There are still some missing features and random bugs, but they will hopefully be worked out by the time drupal 4.5 comes out.

moshe weitzman’s picture

thanks for the compliment on mailhandler and mailalias. i wrote mailhandler with the specific hope that moblog like apps would be written on top of them. kudos to you, javanaut.

i will soon be using these modules regularly.

javanaut’s picture

Thank you, too!

Once d4.5 comes out, I'll be more inclined to polish up these modules. Currently, mime_registry digs into the internals of other modules to create nodes, and at this point, all supported modules are moving targets. I'm quickly throwing together a video module that's basically 90% filestore2 (thanks gordon!) with some video format/conversion features added onto it. My phone posts audio and video in 3gpp format, which most browsers have no clue what to do with. MPlayer to the rescue! I've been working on it for about 2 hours, and I'm half done ;)

javanaut’s picture

Simple Mime Registry:
mime_registry.tgz

Buggy, incomplete (but mostly working) Moblog:
moblog.module

Note, these were developed as a single module, then were quickly refactored. There may be remnants of one still resident in the other.

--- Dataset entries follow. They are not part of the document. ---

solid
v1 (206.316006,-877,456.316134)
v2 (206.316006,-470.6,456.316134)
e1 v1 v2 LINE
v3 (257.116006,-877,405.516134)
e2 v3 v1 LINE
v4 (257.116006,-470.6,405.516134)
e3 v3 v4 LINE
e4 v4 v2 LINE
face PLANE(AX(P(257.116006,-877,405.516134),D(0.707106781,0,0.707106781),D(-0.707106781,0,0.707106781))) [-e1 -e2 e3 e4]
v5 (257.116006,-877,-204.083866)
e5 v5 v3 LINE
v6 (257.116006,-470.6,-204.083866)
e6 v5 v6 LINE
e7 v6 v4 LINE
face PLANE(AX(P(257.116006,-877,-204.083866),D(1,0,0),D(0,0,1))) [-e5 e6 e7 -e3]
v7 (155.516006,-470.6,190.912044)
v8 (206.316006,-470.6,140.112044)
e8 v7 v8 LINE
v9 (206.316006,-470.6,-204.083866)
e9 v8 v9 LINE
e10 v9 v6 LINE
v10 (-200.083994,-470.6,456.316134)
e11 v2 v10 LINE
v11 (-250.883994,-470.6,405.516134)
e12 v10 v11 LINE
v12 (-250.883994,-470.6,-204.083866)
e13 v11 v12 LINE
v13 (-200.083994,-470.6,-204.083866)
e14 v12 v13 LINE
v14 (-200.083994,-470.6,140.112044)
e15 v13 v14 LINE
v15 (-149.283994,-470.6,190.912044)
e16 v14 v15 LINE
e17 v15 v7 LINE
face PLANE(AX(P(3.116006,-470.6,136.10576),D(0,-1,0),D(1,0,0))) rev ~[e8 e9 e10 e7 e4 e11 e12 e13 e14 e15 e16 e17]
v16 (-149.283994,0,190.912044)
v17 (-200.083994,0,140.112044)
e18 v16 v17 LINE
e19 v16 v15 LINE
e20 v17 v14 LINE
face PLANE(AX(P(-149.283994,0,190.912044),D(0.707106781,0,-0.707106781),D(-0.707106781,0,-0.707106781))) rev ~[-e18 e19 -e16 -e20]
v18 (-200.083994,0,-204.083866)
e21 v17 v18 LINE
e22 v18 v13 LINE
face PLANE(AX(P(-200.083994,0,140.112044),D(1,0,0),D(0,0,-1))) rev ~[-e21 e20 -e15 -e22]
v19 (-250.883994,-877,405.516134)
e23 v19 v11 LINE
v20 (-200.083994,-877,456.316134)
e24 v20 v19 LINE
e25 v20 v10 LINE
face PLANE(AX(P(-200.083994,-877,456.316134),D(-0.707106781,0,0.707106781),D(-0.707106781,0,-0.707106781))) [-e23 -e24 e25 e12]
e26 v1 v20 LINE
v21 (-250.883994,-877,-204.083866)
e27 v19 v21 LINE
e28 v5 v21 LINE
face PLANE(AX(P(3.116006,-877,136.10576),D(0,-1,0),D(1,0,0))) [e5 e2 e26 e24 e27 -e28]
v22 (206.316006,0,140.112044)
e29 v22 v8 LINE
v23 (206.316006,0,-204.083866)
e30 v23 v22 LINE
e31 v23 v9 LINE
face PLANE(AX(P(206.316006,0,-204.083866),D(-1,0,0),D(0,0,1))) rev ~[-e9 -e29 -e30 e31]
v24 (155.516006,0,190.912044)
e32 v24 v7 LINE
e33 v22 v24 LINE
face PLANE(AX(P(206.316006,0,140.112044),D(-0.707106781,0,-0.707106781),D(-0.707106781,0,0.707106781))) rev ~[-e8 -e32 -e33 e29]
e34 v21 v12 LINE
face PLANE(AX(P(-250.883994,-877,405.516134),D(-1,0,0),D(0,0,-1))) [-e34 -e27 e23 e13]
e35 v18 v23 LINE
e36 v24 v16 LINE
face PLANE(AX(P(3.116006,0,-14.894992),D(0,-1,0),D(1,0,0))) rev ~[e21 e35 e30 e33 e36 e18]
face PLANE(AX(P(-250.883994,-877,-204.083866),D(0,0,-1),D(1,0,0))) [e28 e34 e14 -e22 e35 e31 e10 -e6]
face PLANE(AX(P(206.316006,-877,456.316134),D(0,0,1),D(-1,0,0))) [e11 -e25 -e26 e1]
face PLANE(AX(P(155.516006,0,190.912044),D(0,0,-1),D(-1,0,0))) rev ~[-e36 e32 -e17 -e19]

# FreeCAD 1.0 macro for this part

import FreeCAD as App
import Part
import Sketcher
Q = App.Units.Quantity


def add_polygon(sketch, points):
    """Adds a closed chain of lines whose ends are joined by coincident constraints."""
    first, n = sketch.GeometryCount, len(points)
    for a, b in zip(points, points[1:] + points[:1]):
        sketch.addGeometry(Part.LineSegment(App.Vector(*a, 0), App.Vector(*b, 0)), False)
    for i in range(n):
        sketch.addConstraint(Sketcher.Constraint("Coincident", first + i, 2, first + (i + 1) % n, 1))

doc = App.newDocument("Part")
body = doc.addObject("PartDesign::Body", "Body")

# Sketch on XZ plane
sketch1 = body.newObject("Sketcher::SketchObject", "Sketch")
sketch1.AttachmentSupport = (doc.getObject("XZ_Plane"), [""])
sketch1.MapMode = "FlatFace"
add_polygon(sketch1, [(-200.083994, 140.112044), (-200.083994, -204.083866), (206.316006, -204.083866), (206.316006, 140.112044), (155.516006, 190.912044), (-149.283994, 190.912044)])  # lines 0-5
sketch1.addConstraint(Sketcher.Constraint("Vertical", 0))
sketch1.addConstraint(Sketcher.Constraint("Horizontal", 1))
sketch1.addConstraint(Sketcher.Constraint("Vertical", 2))
sketch1.addConstraint(Sketcher.Constraint("Horizontal", 4))
sketch1.addConstraint(Sketcher.Constraint("Perpendicular", 3, 5))
sketch1.addConstraint(Sketcher.Constraint("Horizontal", 2, 2, 5, 2))
sketch1.addConstraint(Sketcher.Constraint("Equal", 3, 5))
sketch1.addConstraint(Sketcher.Constraint("DistanceX", 1, 1, 1, 2, Q("16 in")))
sketch1.addConstraint(Sketcher.Constraint("DistanceX", 4, 2, 4, 1, Q("12 in")))
sketch1.addConstraint(Sketcher.Constraint("DistanceY", 0, 2, 0, 1, 344.19591))
sketch1.addConstraint(Sketcher.Constraint("DistanceX", 0, 2, -1, 1, 200.083994))
sketch1.addConstraint(Sketcher.Constraint("DistanceY", 0, 2, -1, 1, 204.083866))
pad1 = body.newObject("PartDesign::Pad", "Pad")
pad1.Profile = sketch1
pad1.Length = 877

# Sketch on XZ plane
sketch2 = body.newObject("Sketcher::SketchObject", "Sketch001")
sketch2.AttachmentSupport = (doc.getObject("XZ_Plane"), [""])
sketch2.MapMode = "FlatFace"
sketch2.AttachmentOffset = App.Placement(App.Vector(0, 0, 877), App.Rotation())
add_polygon(sketch2, [(-250.883994, 405.516134), (-250.883994, -204.083866), (-200.083994, -204.083866), (-200.083994, 140.112044), (-149.283994, 190.912044), (155.516006, 190.912044), (206.316006, 140.112044), (206.316006, -204.083866), (257.116006, -204.083866), (257.116006, 405.516134), (206.316006, 456.316134), (-200.083994, 456.316134)])  # lines 0-11
sketch2.addConstraint(Sketcher.Constraint("Vertical", 0))
sketch2.addConstraint(Sketcher.Constraint("Horizontal", 1))
sketch2.addConstraint(Sketcher.Constraint("Vertical", 2))
sketch2.addConstraint(Sketcher.Constraint("Horizontal", 4))
sketch2.addConstraint(Sketcher.Constraint("Vertical", 6))
sketch2.addConstraint(Sketcher.Constraint("Horizontal", 7))
sketch2.addConstraint(Sketcher.Constraint("Vertical", 8))
sketch2.addConstraint(Sketcher.Constraint("Horizontal", 10))
sketch2.addConstraint(Sketcher.Constraint("Perpendicular", 3, 5))
sketch2.addConstraint(Sketcher.Constraint("Parallel", 5, 9))
sketch2.addConstraint(Sketcher.Constraint("Perpendicular", 9, 11))
sketch2.addConstraint(Sketcher.Constraint("Horizontal", 2, 2, 5, 2))
sketch2.addConstraint(Sketcher.Constraint("Horizontal", 1, 2, 6, 2))
sketch2.addConstraint(Sketcher.Constraint("Horizontal", 8, 2, 11, 2))
sketch2.addConstraint(Sketcher.Constraint("Vertical", 6, 2, 9, 2))
sketch2.addConstraint(Sketcher.Constraint("Vertical", 2, 2, 10, 2))
sketch2.addConstraint(Sketcher.Constraint("Equal", 1, 7))
sketch2.addConstraint(Sketcher.Constraint("Equal", 5, 9))
sketch2.addConstraint(Sketcher.Constraint("DistanceX", 1, 1, 1, 2, Q("2 in")))
sketch2.addConstraint(Sketcher.Constraint("DistanceX", 4, 1, 4, 2, Q("12 in")))
sketch2.addConstraint(Sketcher.Constraint("DistanceY", 0, 2, 0, 1, Q("24 in")))
sketch2.addConstraint(Sketcher.Constraint("DistanceY", 2, 1, 2, 2, 344.19591))
sketch2.addConstraint(Sketcher.Constraint("DistanceX", 0, 2, -1, 1, 250.883994))
sketch2.addConstraint(Sketcher.Constraint("DistanceY", 0, 2, -1, 1, 204.083866))
pad2 = body.newObject("PartDesign::Pad", "Pad001")
pad2.Profile = sketch2
pad2.Length = Q("16 in")
pad2.Reversed = True

doc.recompute()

I'm starting to collect modules that I'd like to publish on drupal.org. I know Kjartan has been on sabbatical, so I will wait until he is ready.

moshe weitzman’s picture

i suggest completing the cvs access form again if you did so already.

looking forward to seeing your modules in Contrib.

javanaut’s picture

..well, one of them was recycled:

mime_registry.module: as per discussion above
moblog.module: uses mailhandler+mime_registry to let users post via email. Still slightly buggy, but it's at least in CVS now.
friendlist.module: social networking module (n-degrees of separation, friend-of-a-friend-of-a-friend-of-a...). This mod is incomplete.

I'm personally interested in developing a WebDAV module that uses this, as well as a generic "attached_file" analog. First, however, I think a better way of attaching and associating nodes needs to come about. I also think much of this functionality for document management belongs in drupal core.